And the way we do that is by completing the square.

So we have f(x) = -3^2 + 18x - 22. And now the first step in completing the

square is to make sure that the coefficient of the square term is one.

And right now it's -3. So what we'll do first is factor in -3

out of these first 2 terms. That is, this is equal to, -3(x^2 - 6x).

And let's leave a little bit of room here.

And then we still have the -22. And now the next step in completing the

square is we take 1 half, of the coefficient of x, which in this case is

negative -6. Which gives us -3.

And then we square this. So we have -3^2 which is equal to 9, and

then we add and subtract that within the parentheses here.

That is, we have +9 -9. And now these first 3 terms will form a

perfect square. But we'll need to get this -9 out of the

parentheses. But remember we have to multiply by this

-3. That is f(x) = -3(x - 3)^2.

And then, -3 * -9 is 27. And then we still have -22.

Or, f(x) = -3(x - 3)^2 + 5. And now comparing this, to our vertex

form, over here on the left, we see that a = -3.

h = to 3 and k = 5. And since a<0 our parabola will be

opening downward. And our vertex is at (3, 5).

So let's plot the vertex. Let's say that this is the y axis, and

this is the x axis. So we have 1, 2, 3.

And then, 1, 2, 3, 4, 5. So the vertex is here, at (3, 5).

And when finding other points, we're going to use the fact, that the parabolla

will be symmetric, about this axis of symmetry.

Namely, x = 3. Namely, if we choose, x values, to the

left of 3 like 1 and 2, for example, that's going to give us corresponding

values, to the right of 3. So let's compute, what y is equal to,

when x = 1. Which we can do by plugging in x = 1 down

here in our vertex form of our function. So we'll do that, we plug 1 in here, we

have 1 - 3 which is -2. -2^2 is 4.

4 * -3 is -12, and -12 + 5 = -7 and when we plug in x=2, we have 2 - 3 = (-1),

(-1)^2 = 1, 1(-3) = (-3) + 5 = 2. So lets plot 1, -7.

So this is -1, -2, -3, -4, -5, -6, -7. So 1, -7 will be here.

And, 2, 2, will be up here. And now, because of symmetry, we know

that (4, 2) also has to lie on our graph, as well as (5, -7).

So our parabola will look like this. So it's very helpful to use this axis of

symmetry to get the other points. That is, by knowing this point 2, 2 lies

on our graph, we can conclude that 4, 2 does as well.

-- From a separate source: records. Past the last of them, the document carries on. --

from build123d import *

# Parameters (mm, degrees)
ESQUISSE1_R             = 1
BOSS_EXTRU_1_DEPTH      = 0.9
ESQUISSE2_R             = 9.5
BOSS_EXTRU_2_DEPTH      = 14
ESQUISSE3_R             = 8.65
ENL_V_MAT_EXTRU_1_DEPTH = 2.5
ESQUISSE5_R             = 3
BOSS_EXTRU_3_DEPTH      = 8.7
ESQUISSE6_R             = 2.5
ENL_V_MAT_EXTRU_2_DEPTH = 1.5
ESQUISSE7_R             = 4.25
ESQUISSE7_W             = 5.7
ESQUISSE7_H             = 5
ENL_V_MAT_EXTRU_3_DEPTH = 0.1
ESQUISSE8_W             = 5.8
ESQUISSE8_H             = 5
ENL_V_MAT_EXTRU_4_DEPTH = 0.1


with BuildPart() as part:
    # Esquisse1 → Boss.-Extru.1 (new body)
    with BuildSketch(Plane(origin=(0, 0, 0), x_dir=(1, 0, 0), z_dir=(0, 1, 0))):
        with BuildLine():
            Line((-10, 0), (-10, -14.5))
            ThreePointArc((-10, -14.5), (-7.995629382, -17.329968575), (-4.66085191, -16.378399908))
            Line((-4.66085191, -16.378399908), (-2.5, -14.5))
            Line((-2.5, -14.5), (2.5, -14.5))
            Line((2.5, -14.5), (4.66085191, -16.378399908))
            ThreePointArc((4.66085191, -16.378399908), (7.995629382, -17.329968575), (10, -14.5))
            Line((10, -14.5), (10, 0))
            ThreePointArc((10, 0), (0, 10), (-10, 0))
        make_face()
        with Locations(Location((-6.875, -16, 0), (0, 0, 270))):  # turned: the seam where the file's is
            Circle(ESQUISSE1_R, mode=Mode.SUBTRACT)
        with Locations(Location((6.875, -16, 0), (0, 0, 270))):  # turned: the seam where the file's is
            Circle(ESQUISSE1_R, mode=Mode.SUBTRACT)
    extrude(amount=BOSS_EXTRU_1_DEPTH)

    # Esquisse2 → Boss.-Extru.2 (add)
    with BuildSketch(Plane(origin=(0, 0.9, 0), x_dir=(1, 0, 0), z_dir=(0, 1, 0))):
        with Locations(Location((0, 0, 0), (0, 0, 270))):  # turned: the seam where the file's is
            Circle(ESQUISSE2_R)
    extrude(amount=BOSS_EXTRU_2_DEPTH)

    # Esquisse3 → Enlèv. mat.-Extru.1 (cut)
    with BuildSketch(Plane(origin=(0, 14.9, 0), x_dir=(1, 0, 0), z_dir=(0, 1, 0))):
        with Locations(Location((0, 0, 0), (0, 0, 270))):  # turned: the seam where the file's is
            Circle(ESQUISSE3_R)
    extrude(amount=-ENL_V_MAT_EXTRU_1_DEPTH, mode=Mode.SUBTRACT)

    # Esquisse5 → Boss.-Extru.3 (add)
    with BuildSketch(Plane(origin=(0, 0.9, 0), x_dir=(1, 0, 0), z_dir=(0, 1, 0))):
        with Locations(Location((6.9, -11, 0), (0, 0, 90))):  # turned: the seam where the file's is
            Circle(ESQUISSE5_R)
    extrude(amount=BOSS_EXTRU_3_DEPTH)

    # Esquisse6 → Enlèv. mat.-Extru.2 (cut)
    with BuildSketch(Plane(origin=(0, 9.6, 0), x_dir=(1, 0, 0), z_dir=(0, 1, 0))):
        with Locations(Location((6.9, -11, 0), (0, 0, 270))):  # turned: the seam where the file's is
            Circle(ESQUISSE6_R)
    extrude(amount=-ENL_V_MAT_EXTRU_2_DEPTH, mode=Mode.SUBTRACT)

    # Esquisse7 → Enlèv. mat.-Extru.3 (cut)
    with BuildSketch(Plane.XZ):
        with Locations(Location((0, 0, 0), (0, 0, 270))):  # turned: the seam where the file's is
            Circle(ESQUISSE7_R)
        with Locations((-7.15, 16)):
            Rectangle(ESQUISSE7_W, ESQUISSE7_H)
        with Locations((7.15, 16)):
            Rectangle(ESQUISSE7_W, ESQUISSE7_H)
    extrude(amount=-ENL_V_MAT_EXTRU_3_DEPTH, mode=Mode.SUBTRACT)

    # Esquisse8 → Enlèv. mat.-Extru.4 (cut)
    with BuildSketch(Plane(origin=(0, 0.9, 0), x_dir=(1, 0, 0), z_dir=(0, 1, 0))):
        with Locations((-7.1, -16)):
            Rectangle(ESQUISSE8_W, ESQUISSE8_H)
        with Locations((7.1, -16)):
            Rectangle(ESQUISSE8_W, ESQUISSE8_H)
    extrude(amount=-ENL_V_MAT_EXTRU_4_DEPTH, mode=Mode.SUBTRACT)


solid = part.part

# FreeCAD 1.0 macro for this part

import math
import FreeCAD as App
import Part
import Sketcher
from FreeCAD import Vector
Q = App.Units.Quantity


def add_polygon(sketch, points):
    """Adds a closed chain of lines whose ends are joined by coincident constraints."""
    first, n = sketch.GeometryCount, len(points)
    for a, b in zip(points, points[1:] + points[:1]):
        sketch.addGeometry(Part.LineSegment(App.Vector(*a, 0), App.Vector(*b, 0)), False)
    for i in range(n):
        sketch.addConstraint(Sketcher.Constraint("Coincident", first + i, 2, first + (i + 1) % n, 1))

doc = App.newDocument("Part")
body = doc.addObject("PartDesign::Body", "Body")

# Sketch on XZ plane
sketch1 = body.newObject("Sketcher::SketchObject", "Sketch")
sketch1.AttachmentSupport = (doc.getObject("XZ_Plane"), [""])
sketch1.MapMode = "FlatFace"
sketch1.addGeometry(Part.LineSegment(Vector(-10, 0, 0), Vector(-10, 14.5, 0)), False)
sketch1.addGeometry(Part.ArcOfCircle(Part.Circle(Vector(-7, 14.5, 0), Vector(0, 0, 1), 3), math.radians(39), math.radians(180)), False)
sketch1.addGeometry(Part.LineSegment(Vector(-4.7, 16.4, 0), Vector(-2.5, 14.5, 0)), False)
sketch1.addGeometry(Part.LineSegment(Vector(-2.5, 14.5, 0), Vector(2.5, 14.5, 0)), False)
sketch1.addGeometry(Part.LineSegment(Vector(2.5, 14.5, 0), Vector(4.7, 16.4, 0)), False)
sketch1.addGeometry(Part.ArcOfCircle(Part.Circle(Vector(7, 14.5, 0), Vector(0, 0, 1), 3), math.radians(0), math.radians(141)), False)
sketch1.addGeometry(Part.LineSegment(Vector(10, 14.5, 0), Vector(10, 0, 0)), False)
sketch1.addGeometry(Part.ArcOfCircle(Part.Circle(Vector(0, 0, 0), Vector(0, 0, 1), 10), math.radians(180), math.radians(360)), False)
sketch1.addGeometry(Part.Circle(Vector(-6.9, 16, 0), Vector(0, 0, 1), 1), False)
sketch1.addGeometry(Part.Circle(Vector(6.9, 16, 0), Vector(0, 0, 1), 1), False)
sketch1.addConstraint(Sketcher.Constraint("Tangent", 0, 2, 1, 2))
sketch1.addConstraint(Sketcher.Constraint("Coincident", 1, 1, 2, 1))
sketch1.addConstraint(Sketcher.Constraint("Coincident", 2, 2, 3, 1))
sketch1.addConstraint(Sketcher.Constraint("Coincident", 3, 2, 4, 1))
sketch1.addConstraint(Sketcher.Constraint("Coincident", 4, 2, 5, 2))
sketch1.addConstraint(Sketcher.Constraint("Tangent", 5, 1, 6, 1))
sketch1.addConstraint(Sketcher.Constraint("Tangent", 6, 2, 7, 2))
sketch1.addConstraint(Sketcher.Constraint("Tangent", 7, 1, 0, 1))
sketch1.addConstraint(Sketcher.Constraint("Vertical", 0))
sketch1.addConstraint(Sketcher.Constraint("Horizontal", 3))
sketch1.addConstraint(Sketcher.Constraint("Vertical", 6))
sketch1.addConstraint(Sketcher.Constraint("Coincident", 7, 3, -1, 1))
sketch1.addConstraint(Sketcher.Constraint("Equal", 1, 5))
sketch1.addConstraint(Sketcher.Constraint("Equal", 8, 9))
sketch1.addConstraint(Sketcher.Constraint("Symmetric", 8, 3, 9, 3, -2))
sketch1.addConstraint(Sketcher.Constraint("Symmetric", 1, 1, 4, 2, -2))
sketch1.addConstraint(Sketcher.Constraint("Horizontal", 0, 2, 2, 2))
sketch1.addConstraint(Sketcher.Constraint("Equal", 2, 4))
sketch1.addConstraint(Sketcher.Constraint("Diameter", 8, Q("2 mm")))
sketch1.addConstraint(Sketcher.Constraint("Radius", 1, Q("3 mm")))
sketch1.addConstraint(Sketcher.Constraint("Radius", 7, Q("10 mm")))
sketch1.addConstraint(Sketcher.Constraint("DistanceX", 3, 1, 3, 2, Q("5 mm")))
sketch1.addConstraint(Sketcher.Constraint("Angle", 2, Q("-41 deg")))
sketch1.addConstraint(Sketcher.Constraint("DistanceY", 0, 1, 0, 2, Q("14.5 mm")))
sketch1.addConstraint(Sketcher.Constraint("DistanceY", -1, 1, 8, 3, Q("16 mm")))
sketch1.addConstraint(Sketcher.Constraint("DistanceX", 8, 3, 9, 3, Q("13.75 mm")))
pad1 = body.newObject("PartDesign::Pad", "Pad")
pad1.Profile = sketch1
pad1.Length = 0.9
pad1.Reversed = True

# Sketch on XZ plane
sketch2 = body.newObject("Sketcher::SketchObject", "Sketch001")
sketch2.AttachmentSupport = (doc.getObject("XZ_Plane"), [""])
sketch2.MapMode = "FlatFace"
sketch2.AttachmentOffset = App.Placement(Vector(0, 0, -0.9), App.Rotation())
sketch2.addGeometry(Part.Circle(Vector(0, 0, 0), Vector(0, 0, 1), 10), False)
sketch2.addConstraint(Sketcher.Constraint("Coincident", 0, 3, -1, 1))
sketch2.addConstraint(Sketcher.Constraint("Diameter", 0, Q("19 mm")))
pad2 = body.newObject("PartDesign::Pad", "Pad001")
pad2.Profile = sketch2
pad2.Length = 14
pad2.Reversed = True

# Sketch on XZ plane
sketch3 = body.newObject("Sketcher::SketchObject", "Sketch002")
sketch3.AttachmentSupport = (doc.getObject("XZ_Plane"), [""])
sketch3.MapMode = "FlatFace"
sketch3.AttachmentOffset = App.Placement(Vector(0, 0, -14.9), App.Rotation())
sketch3.addGeometry(Part.Circle(Vector(0, 0, 0), Vector(0, 0, 1), 9), False)
sketch3.addConstraint(Sketcher.Constraint("Coincident", 0, 3, -1, 1))
sketch3.addConstraint(Sketcher.Constraint("Diameter", 0, Q("17.3 mm")))
pocket1 = body.newObject("PartDesign::Pocket", "Pocket")
pocket1.Profile = sketch3
pocket1.Length = 2.5
pocket1.Reversed = True

# Sketch on XZ plane
sketch4 = body.newObject("Sketcher::SketchObject", "Sketch003")
sketch4.AttachmentSupport = (doc.getObject("XZ_Plane"), [""])
sketch4.MapMode = "FlatFace"
sketch4.AttachmentOffset = App.Placement(Vector(0, 0, -0.9), App.Rotation())
sketch4.addGeometry(Part.Circle(Vector(6.9, 11, 0), Vector(0, 0, 1), 3), False)
sketch4.addConstraint(Sketcher.Constraint("Diameter", 0, Q("6 mm")))
sketch4.addConstraint(Sketcher.Constraint("DistanceY", -1, 1, 0, 3, Q("11 mm")))
sketch4.addConstraint(Sketcher.Constraint("DistanceX", -1, 1, 0, 3, Q("6.9 mm")))
pad3 = body.newObject("PartDesign::Pad", "Pad002")
pad3.Profile = sketch4
pad3.Length = 8.7
pad3.Reversed = True

# Sketch on XZ plane
sketch5 = body.newObject("Sketcher::SketchObject", "Sketch004")
sketch5.AttachmentSupport = (doc.getObject("XZ_Plane"), [""])
sketch5.MapMode = "FlatFace"
sketch5.AttachmentOffset = App.Placement(Vector(0, 0, -9.6), App.Rotation())
sketch5.addGeometry(Part.Circle(Vector(6.9, 11, 0), Vector(0, 0, 1), 2.5), False)
sketch5.addConstraint(Sketcher.Constraint("Diameter", 0, Q("5 mm")))
sketch5.addConstraint(Sketcher.Constraint("DistanceY", -1, 1, 0, 3, Q("11 mm")))
sketch5.addConstraint(Sketcher.Constraint("DistanceX", -1, 1, 0, 3, Q("6.9 mm")))
pocket2 = body.newObject("PartDesign::Pocket", "Pocket001")
pocket2.Profile = sketch5
pocket2.Length = 1.5
pocket2.Reversed = True

# Sketch on XZ plane
sketch6 = body.newObject("Sketcher::SketchObject", "Sketch005")
sketch6.AttachmentSupport = (doc.getObject("XZ_Plane"), [""])
sketch6.MapMode = "FlatFace"
sketch6.addGeometry(Part.Circle(Vector(0, 0, 0), Vector(0, 0, 1), 4.2), False)  # 0
add_polygon(sketch6, [(-10, 18.5), (-10, 13.5), (-4.3, 13.5), (-4.3, 18.5)])  # lines 1-4
add_polygon(sketch6, [(4.3, 18.5), (4.3, 13.5), (10, 13.5), (10, 18.5)])  # lines 5-8
sketch6.addConstraint(Sketcher.Constraint("Vertical", 1))
sketch6.addConstraint(Sketcher.Constraint("Horizontal", 2))
sketch6.addConstraint(Sketcher.Constraint("Vertical", 3))
sketch6.addConstraint(Sketcher.Constraint("Horizontal", 4))
sketch6.addConstraint(Sketcher.Constraint("Vertical", 5))
sketch6.addConstraint(Sketcher.Constraint("Horizontal", 6))
sketch6.addConstraint(Sketcher.Constraint("Vertical", 7))
sketch6.addConstraint(Sketcher.Constraint("Horizontal", 8))
sketch6.addConstraint(Sketcher.Constraint("Coincident", 0, 3, -1, 1))
sketch6.addConstraint(Sketcher.Constraint("Symmetric", 2, 2, 5, 2, -2))
sketch6.addConstraint(Sketcher.Constraint("Symmetric", 4, 2, 7, 2, -2))
sketch6.addConstraint(Sketcher.Constraint("Diameter", 0, Q("8.5 mm")))
sketch6.addConstraint(Sketcher.Constraint("DistanceY", 1, 2, 1, 1, Q("5 mm")))
sketch6.addConstraint(Sketcher.Constraint("DistanceX", 2, 1, 2, 2, Q("5.7 mm")))
sketch6.addConstraint(Sketcher.Constraint("DistanceX", 1, 2, -1, 1, Q("10 mm")))
sketch6.addConstraint(Sketcher.Constraint("DistanceY", -1, 1, 1, 2, Q("13.5 mm")))
pocket3 = body.newObject("PartDesign::Pocket", "Pocket002")
pocket3.Profile = sketch6
pocket3.Length = 0.1

# Sketch on XZ plane
sketch7 = body.newObject("Sketcher::SketchObject", "Sketch006")
sketch7.AttachmentSupport = (doc.getObject("XZ_Plane"), [""])
sketch7.MapMode = "FlatFace"
sketch7.AttachmentOffset = App.Placement(Vector(0, 0, -0.9), App.Rotation())
add_polygon(sketch7, [(-10, 14), (-10, 18), (-4, 18), (-4, 14)])  # lines 0-3
add_polygon(sketch7, [(4, 14), (4, 18), (10, 18), (10, 14)])  # lines 4-7
sketch7.addConstraint(Sketcher.Constraint("Vertical", 0))
sketch7.addConstraint(Sketcher.Constraint("Horizontal", 1))
sketch7.addConstraint(Sketcher.Constraint("Vertical", 2))
sketch7.addConstraint(Sketcher.Constraint("Horizontal", 3))
sketch7.addConstraint(Sketcher.Constraint("Vertical", 4))
sketch7.addConstraint(Sketcher.Constraint("Horizontal", 5))
sketch7.addConstraint(Sketcher.Constraint("Vertical", 6))
sketch7.addConstraint(Sketcher.Constraint("Horizontal", 7))
sketch7.addConstraint(Sketcher.Constraint("Symmetric", 1, 2, 4, 2, -2))
sketch7.addConstraint(Sketcher.Constraint("Symmetric", 3, 2, 6, 2, -2))
sketch7.addConstraint(Sketcher.Constraint("DistanceY", 0, 1, 0, 2, Q("5 mm")))
sketch7.addConstraint(Sketcher.Constraint("DistanceX", 1, 1, 1, 2, Q("5.8 mm")))
sketch7.addConstraint(Sketcher.Constraint("DistanceX", 0, 2, -1, 1, Q("10 mm")))
sketch7.addConstraint(Sketcher.Constraint("DistanceY", -1, 1, 0, 2, Q("18.5 mm")))
pocket4 = body.newObject("PartDesign::Pocket", "Pocket003")
pocket4.Profile = sketch7
pocket4.Length = 0.1
pocket4.Reversed = True

doc.recompute()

And that we knew this point 1, -7 lay on our graph, then we can conclude that 5,

-7 does as well. And we'll just darken in the vertex here,

too. So here's the graph of our quadratic

function or our parabola, but we're still asked to find the maximum or minimum

values of f, its domain and range, and intervals of increase or decrease.

Now, because this parabola is opening downward, it will have a maximum, not a

minimum, and the maximum will occur here at the vertex.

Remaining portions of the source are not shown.